Continuarono a persistere le corporazioni in tuta Europa e soprattutto in Italia e Francia.

Rivoluzione dei consumi
In Europa nel Settecento ci fu una notevole diffusione di prodotti originari dell’America.
Uno di questi fu il mais che si diffuse in Spagna, Francia, nei Balcani e nella pianura padana. I grandi rendimenti del mais consentirono di accrescere la superficie destinata all’allevamento e alla risaia. Il mais divenne una specie di “pianta di classe”, infatti essa era consumata soprattutto dai contadini, che si esposero ad una nuova malattia chiamata pellagra, poiché nel mais non è presente la vitamina PP ed è povero di proteine.

Oltre al mais si diffuse anche la patata, un cibo povero per i ceti popolari, proprio come per il mais.

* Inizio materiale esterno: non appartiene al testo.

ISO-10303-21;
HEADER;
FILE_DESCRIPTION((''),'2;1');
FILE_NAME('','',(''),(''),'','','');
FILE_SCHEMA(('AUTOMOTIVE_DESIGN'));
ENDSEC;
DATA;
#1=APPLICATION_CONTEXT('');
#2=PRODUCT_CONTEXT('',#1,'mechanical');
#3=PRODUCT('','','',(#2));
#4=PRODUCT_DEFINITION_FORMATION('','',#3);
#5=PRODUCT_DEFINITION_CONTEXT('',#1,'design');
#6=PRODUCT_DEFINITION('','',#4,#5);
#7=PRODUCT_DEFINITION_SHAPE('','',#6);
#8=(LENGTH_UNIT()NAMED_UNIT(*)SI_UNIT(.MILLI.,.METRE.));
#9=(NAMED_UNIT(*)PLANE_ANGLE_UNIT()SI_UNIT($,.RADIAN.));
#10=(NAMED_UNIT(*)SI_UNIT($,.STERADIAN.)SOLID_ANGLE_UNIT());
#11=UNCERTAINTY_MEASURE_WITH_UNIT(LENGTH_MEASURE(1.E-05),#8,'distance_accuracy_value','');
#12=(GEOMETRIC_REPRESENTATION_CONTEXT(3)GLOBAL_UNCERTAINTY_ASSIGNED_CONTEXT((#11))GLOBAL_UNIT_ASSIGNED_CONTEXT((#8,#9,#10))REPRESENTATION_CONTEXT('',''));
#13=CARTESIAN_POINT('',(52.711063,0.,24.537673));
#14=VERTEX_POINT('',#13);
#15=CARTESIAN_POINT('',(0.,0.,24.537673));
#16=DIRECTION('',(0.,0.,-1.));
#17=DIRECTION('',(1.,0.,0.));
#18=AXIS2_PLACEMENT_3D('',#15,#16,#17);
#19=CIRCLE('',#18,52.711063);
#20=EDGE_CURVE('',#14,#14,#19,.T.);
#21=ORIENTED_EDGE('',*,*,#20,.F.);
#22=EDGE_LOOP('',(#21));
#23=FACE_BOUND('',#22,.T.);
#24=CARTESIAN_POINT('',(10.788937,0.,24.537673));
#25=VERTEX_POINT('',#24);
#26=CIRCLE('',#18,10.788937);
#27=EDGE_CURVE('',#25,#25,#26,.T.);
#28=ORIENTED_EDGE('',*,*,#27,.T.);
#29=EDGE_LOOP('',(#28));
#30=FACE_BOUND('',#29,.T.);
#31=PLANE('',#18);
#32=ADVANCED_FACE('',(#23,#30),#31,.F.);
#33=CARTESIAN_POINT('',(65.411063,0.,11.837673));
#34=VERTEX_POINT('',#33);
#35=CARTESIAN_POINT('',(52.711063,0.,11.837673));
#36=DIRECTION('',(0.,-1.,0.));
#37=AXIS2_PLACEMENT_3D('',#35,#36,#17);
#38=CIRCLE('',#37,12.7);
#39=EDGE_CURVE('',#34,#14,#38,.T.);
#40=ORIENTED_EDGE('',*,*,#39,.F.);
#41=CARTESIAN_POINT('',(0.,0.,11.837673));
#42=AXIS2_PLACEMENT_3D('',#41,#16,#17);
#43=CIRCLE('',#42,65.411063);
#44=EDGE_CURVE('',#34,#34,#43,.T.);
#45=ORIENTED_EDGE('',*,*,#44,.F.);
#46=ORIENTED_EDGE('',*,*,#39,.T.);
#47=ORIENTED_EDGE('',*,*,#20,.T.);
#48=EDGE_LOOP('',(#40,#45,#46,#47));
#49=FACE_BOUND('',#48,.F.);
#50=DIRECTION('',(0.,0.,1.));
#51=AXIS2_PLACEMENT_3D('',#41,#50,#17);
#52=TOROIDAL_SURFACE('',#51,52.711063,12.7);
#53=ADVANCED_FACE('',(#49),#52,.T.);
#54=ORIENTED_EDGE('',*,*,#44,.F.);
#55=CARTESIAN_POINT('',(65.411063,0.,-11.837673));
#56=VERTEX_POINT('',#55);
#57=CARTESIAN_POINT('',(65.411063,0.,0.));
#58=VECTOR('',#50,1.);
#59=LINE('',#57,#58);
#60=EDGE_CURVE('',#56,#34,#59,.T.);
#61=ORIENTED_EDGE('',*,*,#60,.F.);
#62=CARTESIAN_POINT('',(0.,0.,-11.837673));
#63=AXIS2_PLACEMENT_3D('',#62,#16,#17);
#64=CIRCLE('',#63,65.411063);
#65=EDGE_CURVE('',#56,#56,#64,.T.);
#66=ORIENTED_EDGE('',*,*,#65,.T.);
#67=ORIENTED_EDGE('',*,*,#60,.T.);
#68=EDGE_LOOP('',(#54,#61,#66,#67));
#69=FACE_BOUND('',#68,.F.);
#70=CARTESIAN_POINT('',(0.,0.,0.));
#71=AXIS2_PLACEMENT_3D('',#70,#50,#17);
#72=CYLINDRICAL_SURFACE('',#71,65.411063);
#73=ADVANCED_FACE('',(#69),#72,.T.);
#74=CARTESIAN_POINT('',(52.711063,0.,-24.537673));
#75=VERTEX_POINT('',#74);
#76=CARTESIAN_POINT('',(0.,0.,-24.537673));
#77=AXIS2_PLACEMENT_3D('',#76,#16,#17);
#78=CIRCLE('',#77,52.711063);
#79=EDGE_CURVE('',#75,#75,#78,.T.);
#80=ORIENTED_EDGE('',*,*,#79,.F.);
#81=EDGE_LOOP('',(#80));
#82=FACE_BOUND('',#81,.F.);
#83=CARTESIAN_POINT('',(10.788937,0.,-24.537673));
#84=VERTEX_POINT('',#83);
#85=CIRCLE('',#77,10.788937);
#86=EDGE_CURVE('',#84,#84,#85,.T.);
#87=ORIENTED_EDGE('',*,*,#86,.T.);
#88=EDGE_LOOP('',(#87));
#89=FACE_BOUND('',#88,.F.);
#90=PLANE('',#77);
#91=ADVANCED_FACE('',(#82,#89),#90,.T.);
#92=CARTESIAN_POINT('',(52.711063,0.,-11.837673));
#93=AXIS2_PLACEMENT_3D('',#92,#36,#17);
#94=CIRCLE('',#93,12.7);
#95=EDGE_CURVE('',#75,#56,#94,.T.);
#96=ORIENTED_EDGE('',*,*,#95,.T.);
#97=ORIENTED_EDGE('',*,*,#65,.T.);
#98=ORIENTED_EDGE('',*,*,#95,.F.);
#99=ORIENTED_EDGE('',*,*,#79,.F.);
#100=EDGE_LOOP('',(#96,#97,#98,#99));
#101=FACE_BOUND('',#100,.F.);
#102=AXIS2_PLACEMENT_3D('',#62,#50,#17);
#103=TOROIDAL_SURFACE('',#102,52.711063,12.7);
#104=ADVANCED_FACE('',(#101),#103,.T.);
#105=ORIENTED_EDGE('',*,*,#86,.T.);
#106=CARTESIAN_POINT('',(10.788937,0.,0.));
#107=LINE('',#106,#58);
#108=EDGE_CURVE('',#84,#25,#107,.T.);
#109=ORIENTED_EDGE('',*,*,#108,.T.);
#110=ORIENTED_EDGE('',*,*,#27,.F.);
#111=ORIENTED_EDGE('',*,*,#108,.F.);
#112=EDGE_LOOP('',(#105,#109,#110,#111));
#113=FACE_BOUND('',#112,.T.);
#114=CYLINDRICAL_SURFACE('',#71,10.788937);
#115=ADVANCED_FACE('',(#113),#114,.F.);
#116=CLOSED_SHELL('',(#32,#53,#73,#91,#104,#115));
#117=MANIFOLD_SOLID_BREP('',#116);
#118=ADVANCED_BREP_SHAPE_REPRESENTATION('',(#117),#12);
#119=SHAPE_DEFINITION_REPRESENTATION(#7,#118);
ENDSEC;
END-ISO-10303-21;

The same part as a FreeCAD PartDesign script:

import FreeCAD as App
import Part
import Sketcher

V = App.Vector


def edges_at(feature, points):
    """Names of the edges that pass closest to the given points."""
    edges = feature.Shape.Edges
    near = lambda p: min(range(len(edges)), key=lambda i: edges[i].distToShape(Part.Vertex(*p))[0])
    return sorted({f"Edge{near(p) + 1}" for p in points})


def add_polygon(sketch, points):
    """Adds a closed chain of lines whose ends are joined by coincident constraints."""
    first, n = sketch.GeometryCount, len(points)
    for a, b in zip(points, points[1:] + points[:1]):
        sketch.addGeometry(Part.LineSegment(App.Vector(*a, 0), App.Vector(*b, 0)), False)
    for i in range(n):
        sketch.addConstraint(Sketcher.Constraint("Coincident", first + i, 2, first + (i + 1) % n, 1))

doc = App.newDocument("Part")
params = doc.addObject("Spreadsheet::Sheet", "Params")
for row, (alias, value) in enumerate([
    ("revolution_angle", "360 deg"),
    ("fillet_radius", "0.5 in"),
], start=1):
    params.set(f"A{row}", alias)
    params.set(f"B{row}", "=" + value)
    params.setAlias(f"B{row}", alias)

body = doc.addObject("PartDesign::Body", "Body")

sketch1 = body.newObject("Sketcher::SketchObject", "Sketch")
sketch1.AttachmentSupport = (doc.getObject("XZ_Plane"), [""])
sketch1.MapMode = "FlatFace"
add_polygon(sketch1, [(11, 25), (11, -25), (65, -25), (65, 25)])
sketch1.addConstraint([
    Sketcher.Constraint("Vertical", 0),
    Sketcher.Constraint("Horizontal", 1),
    Sketcher.Constraint("Vertical", 2),
    Sketcher.Constraint("Horizontal", 3),
    Sketcher.Constraint("DistanceX", 1, 1, 1, 2, 54.622126),
    Sketcher.Constraint("DistanceY", 0, 2, 0, 1, 49.075346),
    Sketcher.Constraint("DistanceX", -1, 1, 0, 2, 10.788937),
    Sketcher.Constraint("DistanceY", 0, 2, -1, 1, 24.537673),
])
revolution = body.newObject("PartDesign::Revolution", "Revolution")
revolution.Profile = sketch1
revolution.ReferenceAxis = (sketch1, ["V_Axis"])
revolution.setExpression("Angle", "Params.revolution_angle")
doc.recompute()

fillet = body.newObject("PartDesign::Fillet", "Fillet")
fillet.Base = (revolution, edges_at(revolution, [(-65.411, 0, 24.538), (-65.411, 0, -24.538)]))
fillet.setExpression("Radius", "Params.fillet_radius")

doc.recompute()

Essa si diffuse soprattutto in Irlanda, dopo la sua conquista da parte degli inglesi, ma nel 1845-48 dopo una serie di pessimi raccolti portò una catastrofe demografica. Molto importante fu anche il commercio di pepe e spezie e si diffuse anche l’uso dello zucchero. Ci fu anche un aumento delle importazioni di tè soprattutto in Inghilterra, e molto importante fu la diffusione del caffè soprattutto a Parigi, dove nacquero i veri e propri cafè. Inoltre cominciò ad essere degustata anche la cioccolata nei saloni aristocratici.
Accanto al caffè ci fu la diffusione rapidissima del tabacco, si diffusero nuovi metodi di distillazione e nacque un nuovo problema, ancora oggi presente, cioè l’alcolismo.
Il cotone divenne uno dei tessuti più usati, dato che era facilmente lavabile e contribuì al miglioramento delle condizioni igieniche.